● **What is needed**
Could you restate every record below word for word?

(Dataset entries)
------------------------

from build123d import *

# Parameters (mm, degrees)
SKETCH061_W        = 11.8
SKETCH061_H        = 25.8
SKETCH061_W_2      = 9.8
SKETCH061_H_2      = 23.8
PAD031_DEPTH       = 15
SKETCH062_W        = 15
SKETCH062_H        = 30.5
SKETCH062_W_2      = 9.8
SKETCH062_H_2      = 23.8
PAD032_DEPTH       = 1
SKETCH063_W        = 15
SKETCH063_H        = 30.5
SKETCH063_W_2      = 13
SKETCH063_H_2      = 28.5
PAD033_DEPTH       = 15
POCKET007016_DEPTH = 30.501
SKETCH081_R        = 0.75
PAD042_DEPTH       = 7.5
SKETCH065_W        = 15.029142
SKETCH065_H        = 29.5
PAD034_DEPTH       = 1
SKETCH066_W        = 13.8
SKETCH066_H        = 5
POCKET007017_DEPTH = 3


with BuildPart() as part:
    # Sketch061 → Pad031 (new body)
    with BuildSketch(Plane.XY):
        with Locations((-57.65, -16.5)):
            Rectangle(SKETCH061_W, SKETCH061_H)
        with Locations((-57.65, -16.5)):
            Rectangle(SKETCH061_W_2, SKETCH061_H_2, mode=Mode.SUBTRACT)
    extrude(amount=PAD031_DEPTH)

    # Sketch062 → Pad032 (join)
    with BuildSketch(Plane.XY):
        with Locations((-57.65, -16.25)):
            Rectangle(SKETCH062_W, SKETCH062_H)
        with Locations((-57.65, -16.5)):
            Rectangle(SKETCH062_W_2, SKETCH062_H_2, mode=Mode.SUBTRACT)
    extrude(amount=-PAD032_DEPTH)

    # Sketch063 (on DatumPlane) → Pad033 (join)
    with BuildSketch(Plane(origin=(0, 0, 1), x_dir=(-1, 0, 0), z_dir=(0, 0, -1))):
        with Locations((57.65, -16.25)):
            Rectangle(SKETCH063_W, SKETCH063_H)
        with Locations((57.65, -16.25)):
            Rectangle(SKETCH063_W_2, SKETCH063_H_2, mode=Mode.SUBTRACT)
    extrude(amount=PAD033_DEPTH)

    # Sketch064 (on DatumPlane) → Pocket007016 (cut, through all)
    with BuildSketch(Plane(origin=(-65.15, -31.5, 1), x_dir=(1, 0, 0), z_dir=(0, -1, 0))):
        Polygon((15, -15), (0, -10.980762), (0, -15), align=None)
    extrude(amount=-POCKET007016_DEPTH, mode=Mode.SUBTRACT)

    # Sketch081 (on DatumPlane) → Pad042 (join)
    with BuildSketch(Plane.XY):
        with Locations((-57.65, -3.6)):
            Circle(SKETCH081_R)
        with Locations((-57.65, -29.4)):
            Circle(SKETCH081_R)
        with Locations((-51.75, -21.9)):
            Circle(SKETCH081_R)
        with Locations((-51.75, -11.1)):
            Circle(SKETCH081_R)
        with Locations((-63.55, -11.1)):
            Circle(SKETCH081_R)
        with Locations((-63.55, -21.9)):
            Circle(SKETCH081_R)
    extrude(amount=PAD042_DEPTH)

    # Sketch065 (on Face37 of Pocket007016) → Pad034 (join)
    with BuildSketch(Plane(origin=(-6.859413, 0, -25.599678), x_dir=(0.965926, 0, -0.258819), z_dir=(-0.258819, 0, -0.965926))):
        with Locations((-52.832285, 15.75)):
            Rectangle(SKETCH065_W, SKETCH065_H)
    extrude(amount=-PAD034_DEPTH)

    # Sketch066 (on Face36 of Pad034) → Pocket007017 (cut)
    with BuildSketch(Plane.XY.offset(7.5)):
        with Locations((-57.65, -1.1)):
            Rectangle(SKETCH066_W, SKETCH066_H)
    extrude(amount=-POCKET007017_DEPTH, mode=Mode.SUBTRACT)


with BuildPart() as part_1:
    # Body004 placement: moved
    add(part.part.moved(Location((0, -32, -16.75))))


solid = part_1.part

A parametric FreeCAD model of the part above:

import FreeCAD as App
import Part
import Sketcher
Q = App.Units.Quantity

doc = App.newDocument("Part")
body = doc.addObject("PartDesign::Body", "Body")

# Sketch on XY plane
sketch1 = body.newObject("Sketcher::SketchObject", "Sketch")
sketch1.AttachmentSupport = (doc.getObject("XY_Plane"), [""])
sketch1.MapMode = "FlatFace"
sketch1.addGeometry([
    Part.LineSegment(App.Vector(-64, -4, 0), App.Vector(-64, -29, 0)),  # 0
    Part.LineSegment(App.Vector(-64, -29, 0), App.Vector(-52, -29, 0)),  # 1
    Part.LineSegment(App.Vector(-52, -29, 0), App.Vector(-52, -4, 0)),  # 2
    Part.LineSegment(App.Vector(-52, -4, 0), App.Vector(-64, -4, 0)),  # 3
    Part.LineSegment(App.Vector(-53, -28, 0), App.Vector(-63, -28, 0)),  # 4
    Part.LineSegment(App.Vector(-63, -28, 0), App.Vector(-63, -5, 0)),  # 5
    Part.LineSegment(App.Vector(-63, -5, 0), App.Vector(-53, -5, 0)),  # 6
    Part.LineSegment(App.Vector(-53, -5, 0), App.Vector(-53, -28, 0)),  # 7
], False)
sketch1.addConstraint([
    Sketcher.Constraint("Coincident", 0, 2, 1, 1),
    Sketcher.Constraint("Coincident", 1, 2, 2, 1),
    Sketcher.Constraint("Coincident", 2, 2, 3, 1),
    Sketcher.Constraint("Coincident", 3, 2, 0, 1),
    Sketcher.Constraint("Coincident", 4, 2, 5, 1),
    Sketcher.Constraint("Coincident", 5, 2, 6, 1),
    Sketcher.Constraint("Coincident", 6, 2, 7, 1),
    Sketcher.Constraint("Coincident", 7, 2, 4, 1),
    Sketcher.Constraint("Vertical", 0),
    Sketcher.Constraint("Horizontal", 1),
    Sketcher.Constraint("Vertical", 2),
    Sketcher.Constraint("Horizontal", 3),
    Sketcher.Constraint("Horizontal", 4),
    Sketcher.Constraint("Vertical", 5),
    Sketcher.Constraint("Horizontal", 6),
    Sketcher.Constraint("Vertical", 7),
    Sketcher.Constraint("DistanceX", 1, 1, 1, 2, 11.8),
    Sketcher.Constraint("DistanceX", 4, 2, 4, 1, 9.8),
    Sketcher.Constraint("DistanceY", 0, 2, 0, 1, 25.8),
    Sketcher.Constraint("DistanceY", 5, 1, 5, 2, 23.8),
    Sketcher.Constraint("DistanceX", 0, 2, 4, 2, 1.0),
    Sketcher.Constraint("DistanceY", 0, 2, 4, 2, 1.0),
    Sketcher.Constraint("DistanceY", 0, 2, -1, 1, 29.4),
    Sketcher.Constraint("DistanceX", 0, 2, -1, 1, 63.55),
])
pad1 = body.newObject("PartDesign::Pad", "Pad")
pad1.Profile = sketch1
pad1.Length = 15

------------------------

● **Answer to the problem**
from build123d import *

# Parameters (mm, degrees)
SKETCH061_W        = 11.8
SKETCH061_H        = 25.8
SKETCH061_W_2      = 9.8
SKETCH061_H_2      = 23.8
PAD031_DEPTH       = 15
SKETCH062_W        = 15
SKETCH062_H        = 30.5
SKETCH062_W_2      = 9.8
SKETCH062_H_2      = 23.8
PAD032_DEPTH       = 1
SKETCH063_W        = 15
SKETCH063_H        = 30.5
SKETCH063_W_2      = 13
SKETCH063_H_2      = 28.5
PAD033_DEPTH       = 15
POCKET007016_DEPTH = 30.501
SKETCH081_R        = 0.75
PAD042_DEPTH       = 7.5
SKETCH065_W        = 15.029142
SKETCH065_H        = 29.5
PAD034_DEPTH       = 1
SKETCH066_W        = 13.8
SKETCH066_H        = 5
POCKET007017_DEPTH = 3


with BuildPart() as part:
    # Sketch061 → Pad031 (new body)
    with BuildSketch(Plane.XY):
        with Locations((-57.65, -16.5)):
            Rectangle(SKETCH061_W, SKETCH061_H)
        with Locations((-57.65, -16.5)):
            Rectangle(SKETCH061_W_2, SKETCH061_H_2, mode=Mode.SUBTRACT)
    extrude(amount=PAD031_DEPTH)

    # Sketch062 → Pad032 (join)
    with BuildSketch(Plane.XY):
        with Locations((-57.65, -16.25)):
            Rectangle(SKETCH062_W, SKETCH062_H)
        with Locations((-57.65, -16.5)):
            Rectangle(SKETCH062_W_2, SKETCH062_H_2, mode=Mode.SUBTRACT)
    extrude(amount=-PAD032_DEPTH)

    # Sketch063 (on DatumPlane) → Pad033 (join)
    with BuildSketch(Plane(origin=(0, 0, 1), x_dir=(-1, 0, 0), z_dir=(0, 0, -1))):
        with Locations((57.65, -16.25)):
            Rectangle(SKETCH063_W, SKETCH063_H)
        with Locations((57.65, -16.25)):
            Rectangle(SKETCH063_W_2, SKETCH063_H_2, mode=Mode.SUBTRACT)
    extrude(amount=PAD033_DEPTH)

    # Sketch064 (on DatumPlane) → Pocket007016 (cut, through all)
    with BuildSketch(Plane(origin=(-65.15, -31.5, 1), x_dir=(1, 0, 0), z_dir=(0, -1, 0))):
        Polygon((15, -15), (0, -10.980762), (0, -15), align=None)
    extrude(amount=-POCKET007016_DEPTH, mode=Mode.SUBTRACT)

    # Sketch081 (on DatumPlane) → Pad042 (join)
    with BuildSketch(Plane.XY):
        with Locations((-57.65, -3.6)):
            Circle(SKETCH081_R)
        with Locations((-57.65, -29.4)):
            Circle(SKETCH081_R)
        with Locations((-51.75, -21.9)):
            Circle(SKETCH081_R)
        with Locations((-51.75, -11.1)):
            Circle(SKETCH081_R)
        with Locations((-63.55, -11.1)):
            Circle(SKETCH081_R)
        with Locations((-63.55, -21.9)):
            Circle(SKETCH081_R)
    extrude(amount=PAD042_DEPTH)

    # Sketch065 (on Face37 of Pocket007016) → Pad034 (join)
    with BuildSketch(Plane(origin=(-6.859413, 0, -25.599678), x_dir=(0.965926, 0, -0.258819), z_dir=(-0.258819, 0, -0.965926))):
        with Locations((-52.832285, 15.75)):
            Rectangle(SKETCH065_W, SKETCH065_H)
    extrude(amount=-PAD034_DEPTH)

    # Sketch066 (on Face36 of Pad034) → Pocket007017 (cut)
    with BuildSketch(Plane.XY.offset(7.5)):
        with Locations((-57.65, -1.1)):
            Rectangle(SKETCH066_W, SKETCH066_H)
    extrude(amount=-POCKET007017_DEPTH, mode=Mode.SUBTRACT)


with BuildPart() as part_1:
    # Body004 placement: moved
    add(part.part.moved(Location((0, -32, -16.75))))


solid = part_1.part

A parametric FreeCAD model of the part above:

import FreeCAD as App
import Part
import Sketcher
Q = App.Units.Quantity

doc = App.newDocument("Part")
body = doc.addObject("PartDesign::Body", "Body")

# Sketch on XY plane
sketch1 = body.newObject("Sketcher::SketchObject", "Sketch")
sketch1.AttachmentSupport = (doc.getObject("XY_Plane"), [""])
sketch1.MapMode = "FlatFace"
sketch1.addGeometry([
    Part.LineSegment(App.Vector(-64, -4, 0), App.Vector(-64, -29, 0)),  # 0
    Part.LineSegment(App.Vector(-64, -29, 0), App.Vector(-52, -29, 0)),  # 1
    Part.LineSegment(App.Vector(-52, -29, 0), App.Vector(-52, -4, 0)),  # 2
    Part.LineSegment(App.Vector(-52, -4, 0), App.Vector(-64, -4, 0)),  # 3
    Part.LineSegment(App.Vector(-53, -28, 0), App.Vector(-63, -28, 0)),  # 4
    Part.LineSegment(App.Vector(-63, -28, 0), App.Vector(-63, -5, 0)),  # 5
    Part.LineSegment(App.Vector(-63, -5, 0), App.Vector(-53, -5, 0)),  # 6
    Part.LineSegment(App.Vector(-53, -5, 0), App.Vector(-53, -28, 0)),  # 7
], False)
sketch1.addConstraint([
    Sketcher.Constraint("Coincident", 0, 2, 1, 1),
    Sketcher.Constraint("Coincident", 1, 2, 2, 1),
    Sketcher.Constraint("Coincident", 2, 2, 3, 1),
    Sketcher.Constraint("Coincident", 3, 2, 0, 1),
    Sketcher.Constraint("Coincident", 4, 2, 5, 1),
    Sketcher.Constraint("Coincident", 5, 2, 6, 1),
    Sketcher.Constraint("Coincident", 6, 2, 7, 1),
    Sketcher.Constraint("Coincident", 7, 2, 4, 1),
    Sketcher.Constraint("Vertical", 0),
    Sketcher.Constraint("Horizontal", 1),
    Sketcher.Constraint("Vertical", 2),
    Sketcher.Constraint("Horizontal", 3),
    Sketcher.Constraint("Horizontal", 4),
    Sketcher.Constraint("Vertical", 5),
    Sketcher.Constraint("Horizontal", 6),
    Sketcher.Constraint("Vertical", 7),
    Sketcher.Constraint("DistanceX", 1, 1, 1, 2, 11.8),
    Sketcher.Constraint("DistanceX", 4, 2, 4, 1, 9.8),
    Sketcher.Constraint("DistanceY", 0, 2, 0, 1, 25.8),
    Sketcher.Constraint("DistanceY", 5, 1, 5, 2, 23.8),
    Sketcher.Constraint("DistanceX", 0, 2, 4, 2, 1.0),
    Sketcher.Constraint("DistanceY", 0, 2, 4, 2, 1.0),
    Sketcher.Constraint("DistanceY", 0, 2, -1, 1, 29.4),
    Sketcher.Constraint("DistanceX", 0, 2, -1, 1, 63.55),
])
pad1 = body.newObject("PartDesign::Pad", "Pad")
pad1.Profile = sketch1
pad1.Length = 15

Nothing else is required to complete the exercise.